[[ Exercise materials open ]]
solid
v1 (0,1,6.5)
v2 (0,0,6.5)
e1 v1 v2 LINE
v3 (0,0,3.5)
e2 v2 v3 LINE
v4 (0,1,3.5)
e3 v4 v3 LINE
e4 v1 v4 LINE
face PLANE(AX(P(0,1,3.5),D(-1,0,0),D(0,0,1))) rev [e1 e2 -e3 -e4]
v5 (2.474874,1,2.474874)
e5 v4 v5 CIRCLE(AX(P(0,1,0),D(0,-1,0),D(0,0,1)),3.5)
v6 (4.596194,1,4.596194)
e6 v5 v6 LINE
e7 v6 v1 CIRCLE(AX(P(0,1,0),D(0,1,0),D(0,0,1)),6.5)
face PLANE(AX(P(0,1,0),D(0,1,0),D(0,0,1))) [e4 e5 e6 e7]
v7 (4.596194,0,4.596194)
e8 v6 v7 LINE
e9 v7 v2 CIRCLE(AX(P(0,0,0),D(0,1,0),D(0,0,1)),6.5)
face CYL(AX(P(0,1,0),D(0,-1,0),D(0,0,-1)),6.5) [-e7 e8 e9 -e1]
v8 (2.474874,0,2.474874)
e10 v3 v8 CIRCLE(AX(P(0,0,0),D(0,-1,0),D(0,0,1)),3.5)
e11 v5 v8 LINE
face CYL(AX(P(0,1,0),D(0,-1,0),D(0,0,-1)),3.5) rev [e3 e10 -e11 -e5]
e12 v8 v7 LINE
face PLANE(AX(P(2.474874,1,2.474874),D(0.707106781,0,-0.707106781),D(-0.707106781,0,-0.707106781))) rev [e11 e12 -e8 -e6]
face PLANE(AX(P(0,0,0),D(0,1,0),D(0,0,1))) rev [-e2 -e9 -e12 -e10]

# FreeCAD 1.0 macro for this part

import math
import FreeCAD as App
import Part
import Sketcher

V = App.Vector
Q = App.Units.Quantity

doc = App.newDocument("Part")
body = doc.addObject("PartDesign::Body", "Body")

# Sketch on XZ plane
sketch1 = doc.addObject("Sketcher::SketchObject", "Sketch")
body.addObject(sketch1)
sketch1.AttachmentSupport = (doc.XZ_Plane, [""])
sketch1.MapMode = "FlatFace"
sketch1.addGeometry(Part.LineSegment(V(0, 6.5, 0), V(0, 3.5, 0)), False)
sketch1.addGeometry(Part.ArcOfCircle(Part.Circle(V(0, 0, 0), V(0, 0, 1), 3.5), math.radians(90), math.radians(405)), False)
sketch1.addGeometry(Part.LineSegment(V(2.5, 2.5, 0), V(4.6, 4.6, 0)), False)
sketch1.addGeometry(Part.ArcOfCircle(Part.Circle(V(0, 0, 0), V(0, 0, 1), 6.5), math.radians(90), math.radians(405)), False)
sketch1.addConstraint(Sketcher.Constraint("Coincident", 0, 2, 1, 1))
sketch1.addConstraint(Sketcher.Constraint("Coincident", 1, 2, 2, 1))
sketch1.addConstraint(Sketcher.Constraint("Coincident", 2, 2, 3, 2))
sketch1.addConstraint(Sketcher.Constraint("Coincident", 3, 1, 0, 1))
sketch1.addConstraint(Sketcher.Constraint("Vertical", 0))
sketch1.addConstraint(Sketcher.Constraint("Coincident", 1, 3, -1, 1))
sketch1.addConstraint(Sketcher.Constraint("Coincident", 3, 3, -1, 1))
sketch1.addConstraint(Sketcher.Constraint("PointOnObject", 0, 2, -2))
sketch1.addConstraint(Sketcher.Constraint("Radius", 1, 3.5))
sketch1.addConstraint(Sketcher.Constraint("Radius", 3, 6.5))
sketch1.addConstraint(Sketcher.Constraint("Angle", 2, Q("45 deg")))
sketch1.addConstraint(Sketcher.Constraint("DistanceX", -1, 1, 1, 2, 2.474874))
pad1 = doc.addObject("PartDesign::Pad", "Pad")
body.addObject(pad1)
pad1.Profile = sketch1
pad1.Length = 1
pad1.Reversed = True

doc.recompute()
[[ Exercise materials closed ]]
What to produce
The whole of the data must be given back word for word.

Finished exercise
solid
v1 (0,1,6.5)
v2 (0,0,6.5)
e1 v1 v2 LINE
v3 (0,0,3.5)
e2 v2 v3 LINE
v4 (0,1,3.5)
e3 v4 v3 LINE
e4 v1 v4 LINE
face PLANE(AX(P(0,1,3.5),D(-1,0,0),D(0,0,1))) rev [e1 e2 -e3 -e4]
v5 (2.474874,1,2.474874)
e5 v4 v5 CIRCLE(AX(P(0,1,0),D(0,-1,0),D(0,0,1)),3.5)
v6 (4.596194,1,4.596194)
e6 v5 v6 LINE
e7 v6 v1 CIRCLE(AX(P(0,1,0),D(0,1,0),D(0,0,1)),6.5)
face PLANE(AX(P(0,1,0),D(0,1,0),D(0,0,1))) [e4 e5 e6 e7]
v7 (4.596194,0,4.596194)
e8 v6 v7 LINE
e9 v7 v2 CIRCLE(AX(P(0,0,0),D(0,1,0),D(0,0,1)),6.5)
face CYL(AX(P(0,1,0),D(0,-1,0),D(0,0,-1)),6.5) [-e7 e8 e9 -e1]
v8 (2.474874,0,2.474874)
e10 v3 v8 CIRCLE(AX(P(0,0,0),D(0,-1,0),D(0,0,1)),3.5)
e11 v5 v8 LINE
face CYL(AX(P(0,1,0),D(0,-1,0),D(0,0,-1)),3.5) rev [e3 e10 -e11 -e5]
e12 v8 v7 LINE
face PLANE(AX(P(2.474874,1,2.474874),D(0.707106781,0,-0.707106781),D(-0.707106781,0,-0.707106781))) rev [e11 e12 -e8 -e6]
face PLANE(AX(P(0,0,0),D(0,1,0),D(0,0,1))) rev [-e2 -e9 -e12 -e10]

# FreeCAD 1.0 macro for this part

import math
import FreeCAD as App
import Part
import Sketcher

V = App.Vector
Q = App.Units.Quantity

doc = App.newDocument("Part")
body = doc.addObject("PartDesign::Body", "Body")

# Sketch on XZ plane
sketch1 = doc.addObject("Sketcher::SketchObject", "Sketch")
body.addObject(sketch1)
sketch1.AttachmentSupport = (doc.XZ_Plane, [""])
sketch1.MapMode = "FlatFace"
sketch1.addGeometry(Part.LineSegment(V(0, 6.5, 0), V(0, 3.5, 0)), False)
sketch1.addGeometry(Part.ArcOfCircle(Part.Circle(V(0, 0, 0), V(0, 0, 1), 3.5), math.radians(90), math.radians(405)), False)
sketch1.addGeometry(Part.LineSegment(V(2.5, 2.5, 0), V(4.6, 4.6, 0)), False)
sketch1.addGeometry(Part.ArcOfCircle(Part.Circle(V(0, 0, 0), V(0, 0, 1), 6.5), math.radians(90), math.radians(405)), False)
sketch1.addConstraint(Sketcher.Constraint("Coincident", 0, 2, 1, 1))
sketch1.addConstraint(Sketcher.Constraint("Coincident", 1, 2, 2, 1))
sketch1.addConstraint(Sketcher.Constraint("Coincident", 2, 2, 3, 2))
sketch1.addConstraint(Sketcher.Constraint("Coincident", 3, 1, 0, 1))
sketch1.addConstraint(Sketcher.Constraint("Vertical", 0))
sketch1.addConstraint(Sketcher.Constraint("Coincident", 1, 3, -1, 1))
sketch1.addConstraint(Sketcher.Constraint("Coincident", 3, 3, -1, 1))
sketch1.addConstraint(Sketcher.Constraint("PointOnObject", 0, 2, -2))
sketch1.addConstraint(Sketcher.Constraint("Radius", 1, 3.5))
sketch1.addConstraint(Sketcher.Constraint("Radius", 3, 6.5))
sketch1.addConstraint(Sketcher.Constraint("Angle", 2, Q("45 deg")))
sketch1.addConstraint(Sketcher.Constraint("DistanceX", -1, 1, 1, 2, 2.474874))
pad1 = doc.addObject("PartDesign::Pad", "Pad")
body.addObject(pad1)
pad1.Profile = sketch1
pad1.Length = 1
pad1.Reversed = True

doc.recompute()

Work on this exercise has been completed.